It’s a lousy Friday. And I’ll tell you why. First of all, my lips are swollen due to some allergic reaction to God knows what – and it’s been two days. My skin is also breaking out. At ten a.m there’s an emergency meeting at the office. The Powers That Be are pissed at my department and after a long lecture, all we can do is bow our heads and go ‘I’m sorry’ (…although I’m tempted to add ‘….that I work for such indecisive and annoying half-wits’). We’re then told that we have to come into the office tomorrow (to clean up a mess that isn’t really our fault) AFTER we attend some stupid Orchid Show event in the morning. F**k*n Orchid show on a Saturday morning. My lunch mood is officially ruined by then so after a quick bite, it’s back to office and I have to head to our printer and designer’s office to get the magazine done.

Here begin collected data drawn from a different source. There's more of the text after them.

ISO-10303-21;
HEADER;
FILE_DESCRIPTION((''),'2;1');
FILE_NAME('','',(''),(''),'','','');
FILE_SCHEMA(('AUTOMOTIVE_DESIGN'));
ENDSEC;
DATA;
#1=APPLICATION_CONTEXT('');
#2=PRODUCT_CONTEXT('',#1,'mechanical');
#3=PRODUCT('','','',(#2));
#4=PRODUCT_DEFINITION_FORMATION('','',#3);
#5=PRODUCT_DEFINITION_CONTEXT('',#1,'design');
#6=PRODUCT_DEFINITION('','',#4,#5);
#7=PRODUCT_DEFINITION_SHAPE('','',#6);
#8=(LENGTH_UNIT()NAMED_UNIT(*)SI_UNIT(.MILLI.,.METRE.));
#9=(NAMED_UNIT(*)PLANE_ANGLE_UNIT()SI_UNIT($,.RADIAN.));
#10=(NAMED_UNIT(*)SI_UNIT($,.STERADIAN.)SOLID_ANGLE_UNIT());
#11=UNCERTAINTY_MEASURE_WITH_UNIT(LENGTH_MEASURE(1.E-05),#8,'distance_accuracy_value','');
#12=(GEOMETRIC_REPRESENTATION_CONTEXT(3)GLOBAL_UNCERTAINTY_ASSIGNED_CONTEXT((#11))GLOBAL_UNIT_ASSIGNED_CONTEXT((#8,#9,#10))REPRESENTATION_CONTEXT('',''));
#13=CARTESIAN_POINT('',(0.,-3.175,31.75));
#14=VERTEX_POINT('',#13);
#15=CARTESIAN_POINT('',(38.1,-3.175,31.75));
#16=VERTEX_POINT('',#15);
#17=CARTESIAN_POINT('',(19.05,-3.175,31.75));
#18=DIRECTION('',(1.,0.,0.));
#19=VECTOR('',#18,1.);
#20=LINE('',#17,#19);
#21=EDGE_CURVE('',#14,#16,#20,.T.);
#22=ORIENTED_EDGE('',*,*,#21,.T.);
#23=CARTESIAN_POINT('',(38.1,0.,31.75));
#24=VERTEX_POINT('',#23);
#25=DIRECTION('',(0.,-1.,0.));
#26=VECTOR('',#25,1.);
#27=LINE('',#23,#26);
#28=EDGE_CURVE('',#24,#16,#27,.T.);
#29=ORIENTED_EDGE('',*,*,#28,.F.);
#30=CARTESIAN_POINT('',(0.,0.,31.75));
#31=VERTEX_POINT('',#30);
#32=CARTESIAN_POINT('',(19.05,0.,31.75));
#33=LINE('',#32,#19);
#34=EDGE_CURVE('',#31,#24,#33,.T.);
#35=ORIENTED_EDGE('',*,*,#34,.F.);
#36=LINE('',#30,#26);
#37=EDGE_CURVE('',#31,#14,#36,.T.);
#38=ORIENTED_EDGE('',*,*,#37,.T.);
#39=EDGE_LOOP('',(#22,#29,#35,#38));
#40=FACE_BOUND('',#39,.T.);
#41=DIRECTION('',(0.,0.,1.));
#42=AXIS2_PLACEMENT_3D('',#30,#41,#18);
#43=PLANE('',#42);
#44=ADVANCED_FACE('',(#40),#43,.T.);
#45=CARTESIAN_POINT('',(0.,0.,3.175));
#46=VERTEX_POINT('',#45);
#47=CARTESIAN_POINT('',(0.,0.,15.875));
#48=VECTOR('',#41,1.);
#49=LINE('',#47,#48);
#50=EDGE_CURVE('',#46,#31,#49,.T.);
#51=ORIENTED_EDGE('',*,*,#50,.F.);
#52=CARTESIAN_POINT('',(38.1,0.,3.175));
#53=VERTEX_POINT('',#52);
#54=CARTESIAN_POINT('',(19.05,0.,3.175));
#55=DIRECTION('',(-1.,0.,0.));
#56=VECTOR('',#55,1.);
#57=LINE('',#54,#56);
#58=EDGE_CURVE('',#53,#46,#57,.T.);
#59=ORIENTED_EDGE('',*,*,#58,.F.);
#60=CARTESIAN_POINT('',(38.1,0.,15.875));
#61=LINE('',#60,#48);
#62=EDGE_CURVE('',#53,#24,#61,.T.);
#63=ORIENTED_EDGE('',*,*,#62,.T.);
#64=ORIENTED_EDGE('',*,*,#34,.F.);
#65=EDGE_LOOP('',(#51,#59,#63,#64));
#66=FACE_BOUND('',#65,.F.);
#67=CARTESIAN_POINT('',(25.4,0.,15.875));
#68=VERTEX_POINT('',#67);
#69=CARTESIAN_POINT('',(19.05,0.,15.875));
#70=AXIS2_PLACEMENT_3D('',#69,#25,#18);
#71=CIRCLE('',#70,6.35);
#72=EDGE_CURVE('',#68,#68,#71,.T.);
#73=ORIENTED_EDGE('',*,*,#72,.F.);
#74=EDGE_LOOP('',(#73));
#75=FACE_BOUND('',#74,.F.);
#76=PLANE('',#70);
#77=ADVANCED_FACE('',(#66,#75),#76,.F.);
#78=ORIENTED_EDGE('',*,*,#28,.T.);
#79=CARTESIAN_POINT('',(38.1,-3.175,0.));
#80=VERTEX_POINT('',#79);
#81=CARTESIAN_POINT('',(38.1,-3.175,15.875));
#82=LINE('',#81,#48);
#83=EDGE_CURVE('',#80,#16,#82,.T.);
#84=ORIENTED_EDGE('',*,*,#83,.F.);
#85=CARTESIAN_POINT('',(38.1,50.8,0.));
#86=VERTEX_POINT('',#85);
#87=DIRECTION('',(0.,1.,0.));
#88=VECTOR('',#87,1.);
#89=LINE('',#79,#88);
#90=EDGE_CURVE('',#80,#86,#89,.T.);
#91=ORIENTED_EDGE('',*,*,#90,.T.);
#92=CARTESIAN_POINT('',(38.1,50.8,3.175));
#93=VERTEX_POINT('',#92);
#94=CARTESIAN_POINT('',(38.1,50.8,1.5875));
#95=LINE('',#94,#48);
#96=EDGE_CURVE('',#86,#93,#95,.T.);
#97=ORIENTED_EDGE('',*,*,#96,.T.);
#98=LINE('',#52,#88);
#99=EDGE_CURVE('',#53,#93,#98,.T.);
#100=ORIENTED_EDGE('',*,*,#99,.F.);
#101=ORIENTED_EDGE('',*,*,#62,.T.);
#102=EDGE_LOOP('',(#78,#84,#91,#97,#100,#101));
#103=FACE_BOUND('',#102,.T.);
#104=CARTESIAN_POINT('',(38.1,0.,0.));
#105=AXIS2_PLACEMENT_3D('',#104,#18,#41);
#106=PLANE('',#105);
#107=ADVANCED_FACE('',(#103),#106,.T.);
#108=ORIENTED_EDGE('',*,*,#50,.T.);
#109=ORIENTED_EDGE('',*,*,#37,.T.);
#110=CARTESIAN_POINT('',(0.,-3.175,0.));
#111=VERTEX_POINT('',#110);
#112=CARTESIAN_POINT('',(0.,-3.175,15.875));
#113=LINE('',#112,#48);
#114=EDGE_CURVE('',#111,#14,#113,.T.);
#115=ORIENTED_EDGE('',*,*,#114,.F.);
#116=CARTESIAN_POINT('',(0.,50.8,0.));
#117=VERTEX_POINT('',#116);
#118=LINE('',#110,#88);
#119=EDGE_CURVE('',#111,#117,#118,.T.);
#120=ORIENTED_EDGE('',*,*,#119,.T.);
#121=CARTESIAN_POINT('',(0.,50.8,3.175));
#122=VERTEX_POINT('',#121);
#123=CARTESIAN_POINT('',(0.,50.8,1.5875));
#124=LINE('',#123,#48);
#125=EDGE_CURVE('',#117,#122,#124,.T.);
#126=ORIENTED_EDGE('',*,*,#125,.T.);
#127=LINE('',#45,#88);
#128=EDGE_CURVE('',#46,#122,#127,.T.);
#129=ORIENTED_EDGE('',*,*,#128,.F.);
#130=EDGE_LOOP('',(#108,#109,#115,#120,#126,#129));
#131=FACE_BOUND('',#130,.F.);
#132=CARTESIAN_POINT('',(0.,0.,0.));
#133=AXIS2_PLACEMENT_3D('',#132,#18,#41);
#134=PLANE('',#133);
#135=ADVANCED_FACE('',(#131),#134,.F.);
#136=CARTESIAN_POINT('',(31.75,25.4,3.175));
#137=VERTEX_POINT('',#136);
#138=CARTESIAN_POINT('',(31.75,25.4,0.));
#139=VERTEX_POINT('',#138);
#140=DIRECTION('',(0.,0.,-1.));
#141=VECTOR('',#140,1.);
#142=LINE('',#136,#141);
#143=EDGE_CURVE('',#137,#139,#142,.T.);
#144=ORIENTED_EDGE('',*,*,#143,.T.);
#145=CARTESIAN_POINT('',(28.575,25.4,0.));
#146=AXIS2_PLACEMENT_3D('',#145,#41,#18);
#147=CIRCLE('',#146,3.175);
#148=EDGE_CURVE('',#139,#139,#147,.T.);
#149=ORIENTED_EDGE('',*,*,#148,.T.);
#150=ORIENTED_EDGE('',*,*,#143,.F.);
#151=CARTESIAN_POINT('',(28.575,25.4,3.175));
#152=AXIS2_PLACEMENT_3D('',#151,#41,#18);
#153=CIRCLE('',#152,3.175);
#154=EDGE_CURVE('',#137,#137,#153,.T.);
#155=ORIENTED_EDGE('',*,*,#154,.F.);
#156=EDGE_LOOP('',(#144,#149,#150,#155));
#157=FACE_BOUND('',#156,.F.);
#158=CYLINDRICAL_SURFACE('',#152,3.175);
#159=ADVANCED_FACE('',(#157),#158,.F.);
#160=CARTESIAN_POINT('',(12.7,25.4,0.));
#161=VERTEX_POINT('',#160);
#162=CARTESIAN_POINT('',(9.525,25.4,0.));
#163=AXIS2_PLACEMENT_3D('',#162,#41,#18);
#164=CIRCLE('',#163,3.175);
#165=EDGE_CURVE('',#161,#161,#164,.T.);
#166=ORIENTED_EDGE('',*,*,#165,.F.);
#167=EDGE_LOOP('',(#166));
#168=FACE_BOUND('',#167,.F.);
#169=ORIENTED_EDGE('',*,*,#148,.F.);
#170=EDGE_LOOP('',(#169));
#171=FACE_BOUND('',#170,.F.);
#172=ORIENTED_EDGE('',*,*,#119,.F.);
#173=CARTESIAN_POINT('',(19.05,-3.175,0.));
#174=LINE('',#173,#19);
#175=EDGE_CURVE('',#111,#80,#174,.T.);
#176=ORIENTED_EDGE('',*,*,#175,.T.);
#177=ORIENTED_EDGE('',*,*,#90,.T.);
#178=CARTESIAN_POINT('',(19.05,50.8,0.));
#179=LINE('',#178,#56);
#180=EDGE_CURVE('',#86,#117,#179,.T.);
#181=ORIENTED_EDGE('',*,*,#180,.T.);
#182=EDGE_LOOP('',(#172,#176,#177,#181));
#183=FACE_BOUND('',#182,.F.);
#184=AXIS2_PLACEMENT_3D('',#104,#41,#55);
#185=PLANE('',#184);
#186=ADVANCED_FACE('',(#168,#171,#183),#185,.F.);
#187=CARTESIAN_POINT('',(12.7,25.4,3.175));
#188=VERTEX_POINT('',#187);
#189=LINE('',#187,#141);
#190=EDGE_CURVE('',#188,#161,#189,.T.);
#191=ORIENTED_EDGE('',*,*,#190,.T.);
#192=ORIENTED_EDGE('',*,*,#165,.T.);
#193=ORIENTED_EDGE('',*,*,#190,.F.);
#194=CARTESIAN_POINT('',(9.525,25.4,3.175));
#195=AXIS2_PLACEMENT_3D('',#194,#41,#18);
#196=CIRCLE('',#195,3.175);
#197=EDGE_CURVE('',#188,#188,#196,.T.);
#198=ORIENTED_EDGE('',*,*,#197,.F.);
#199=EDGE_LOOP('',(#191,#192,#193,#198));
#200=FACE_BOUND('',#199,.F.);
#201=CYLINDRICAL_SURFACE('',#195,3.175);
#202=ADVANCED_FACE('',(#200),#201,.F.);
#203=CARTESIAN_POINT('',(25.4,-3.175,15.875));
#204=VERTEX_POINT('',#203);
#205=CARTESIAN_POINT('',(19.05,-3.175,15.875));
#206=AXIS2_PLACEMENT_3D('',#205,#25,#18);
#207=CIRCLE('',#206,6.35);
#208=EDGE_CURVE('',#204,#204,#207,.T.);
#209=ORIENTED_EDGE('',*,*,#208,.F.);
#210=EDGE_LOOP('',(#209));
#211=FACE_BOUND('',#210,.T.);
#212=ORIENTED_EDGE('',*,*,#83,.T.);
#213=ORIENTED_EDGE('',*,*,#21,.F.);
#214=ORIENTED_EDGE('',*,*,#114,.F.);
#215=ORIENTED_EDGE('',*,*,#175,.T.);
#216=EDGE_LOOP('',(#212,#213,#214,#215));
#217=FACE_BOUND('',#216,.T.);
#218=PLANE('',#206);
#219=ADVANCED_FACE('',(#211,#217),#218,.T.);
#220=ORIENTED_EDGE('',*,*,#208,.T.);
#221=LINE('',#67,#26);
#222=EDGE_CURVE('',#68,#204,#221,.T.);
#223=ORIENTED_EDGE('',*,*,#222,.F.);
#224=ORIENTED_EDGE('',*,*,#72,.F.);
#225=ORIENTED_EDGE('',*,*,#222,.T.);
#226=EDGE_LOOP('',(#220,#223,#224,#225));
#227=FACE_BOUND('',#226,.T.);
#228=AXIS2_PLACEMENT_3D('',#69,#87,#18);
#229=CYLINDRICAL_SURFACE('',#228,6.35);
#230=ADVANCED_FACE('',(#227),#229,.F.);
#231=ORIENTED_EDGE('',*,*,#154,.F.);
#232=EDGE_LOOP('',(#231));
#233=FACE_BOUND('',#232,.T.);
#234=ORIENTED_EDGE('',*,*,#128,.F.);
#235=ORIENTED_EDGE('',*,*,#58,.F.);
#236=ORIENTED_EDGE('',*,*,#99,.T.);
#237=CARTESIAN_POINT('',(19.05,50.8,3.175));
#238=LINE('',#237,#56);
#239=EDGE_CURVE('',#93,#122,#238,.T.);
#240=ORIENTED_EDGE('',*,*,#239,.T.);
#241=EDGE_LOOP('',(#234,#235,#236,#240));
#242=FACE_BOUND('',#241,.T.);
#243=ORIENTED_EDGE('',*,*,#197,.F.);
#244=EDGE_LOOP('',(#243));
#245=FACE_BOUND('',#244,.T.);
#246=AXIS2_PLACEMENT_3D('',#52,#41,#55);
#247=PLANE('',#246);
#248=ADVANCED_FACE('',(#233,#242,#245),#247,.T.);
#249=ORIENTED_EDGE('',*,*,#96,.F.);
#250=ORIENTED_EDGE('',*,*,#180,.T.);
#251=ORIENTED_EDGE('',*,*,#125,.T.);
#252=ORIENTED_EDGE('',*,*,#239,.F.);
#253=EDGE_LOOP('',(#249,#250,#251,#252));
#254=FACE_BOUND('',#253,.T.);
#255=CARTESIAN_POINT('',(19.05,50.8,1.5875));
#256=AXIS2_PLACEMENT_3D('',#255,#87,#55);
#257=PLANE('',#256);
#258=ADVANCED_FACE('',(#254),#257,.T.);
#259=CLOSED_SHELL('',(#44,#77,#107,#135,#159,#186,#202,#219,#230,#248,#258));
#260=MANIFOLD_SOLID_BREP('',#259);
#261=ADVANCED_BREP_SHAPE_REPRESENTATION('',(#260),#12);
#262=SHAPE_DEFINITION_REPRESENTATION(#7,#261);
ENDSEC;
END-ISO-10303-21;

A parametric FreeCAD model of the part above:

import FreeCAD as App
import Part
import Sketcher

V = App.Vector
Q = App.Units.Quantity

doc = App.newDocument("Part")
body = doc.addObject("PartDesign::Body", "Body")

sketch1 = doc.addObject("Sketcher::SketchObject", "Sketch")
body.addObject(sketch1)
sketch1.AttachmentSupport = (doc.XZ_Plane, [""])
sketch1.MapMode = "FlatFace"
sketch1.addGeometry(Part.LineSegment(V(0, 32, 0), V(0, 0, 0)), False)
sketch1.addGeometry(Part.LineSegment(V(0, 0, 0), V(38, 0, 0)), False)
sketch1.addGeometry(Part.LineSegment(V(38, 0, 0), V(38, 32, 0)), False)
sketch1.addGeometry(Part.LineSegment(V(38, 32, 0), V(0, 32, 0)), False)
sketch1.addGeometry(Part.Circle(V(19, 16, 0), V(0, 0, 1), 6), False)
sketch1.addConstraint(Sketcher.Constraint("Coincident", 0, 2, 1, 1))
sketch1.addConstraint(Sketcher.Constraint("Coincident", 1, 2, 2, 1))
sketch1.addConstraint(Sketcher.Constraint("Coincident", 2, 2, 3, 1))
sketch1.addConstraint(Sketcher.Constraint("Coincident", 3, 2, 0, 1))
sketch1.addConstraint(Sketcher.Constraint("Vertical", 0))
sketch1.addConstraint(Sketcher.Constraint("Horizontal", 1))
sketch1.addConstraint(Sketcher.Constraint("Vertical", 2))
sketch1.addConstraint(Sketcher.Constraint("Horizontal", 3))
sketch1.addConstraint(Sketcher.Constraint("Coincident", 0, 2, -1, 1))
sketch1.addConstraint(Sketcher.Constraint("Diameter", 4, Q("0.5 in")))
sketch1.addConstraint(Sketcher.Constraint("DistanceX", 1, 1, 1, 2, Q("1.5 in")))
sketch1.addConstraint(Sketcher.Constraint("DistanceY", 0, 2, 0, 1, Q("1.25 in")))
sketch1.addConstraint(Sketcher.Constraint("DistanceX", -1, 1, 4, 3, Q("0.75 in")))
sketch1.addConstraint(Sketcher.Constraint("DistanceY", -1, 1, 4, 3, Q("0.625 in")))
pad1 = doc.addObject("PartDesign::Pad", "Pad")
body.addObject(pad1)
pad1.Profile = sketch1
pad1.Length = Q("0.125 in")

When I get there, my designer tells me we’re going to be delayed and there’s not much I can edit at this point. So whoopee, I came all the way out to be told ‘Hey don’t bother’. And then my phone rings. It’s the office. They want me back to type out some stupid list eventhough I already told them that I can only type the list TOMORROW, upon which my boss says ‘Ok Ok no problem’ but obviously she was not paying attention. It turns out she wants it RIGHT NOW. So, as I am still fuming at my designer, I drive back to the office. What is supposed to be a ten-minute drive turns out into a 45-minute nightmare on the road. And when I get to the office, there’s NO PARKING SPACE so I spend another fifteen minutes circling the bleeping block. So I get to my desk and my colleague is already halfway typing my stupid list (It was nice of her). I finish typing what’s left of the list within 3 minutes and so here I am. Fuming. And annoyed that my schedule has been messed around by inconsiderate people.
And my lips are still swollen.
I’m going drinking tonight. Screw the beers. I want my tequila shots.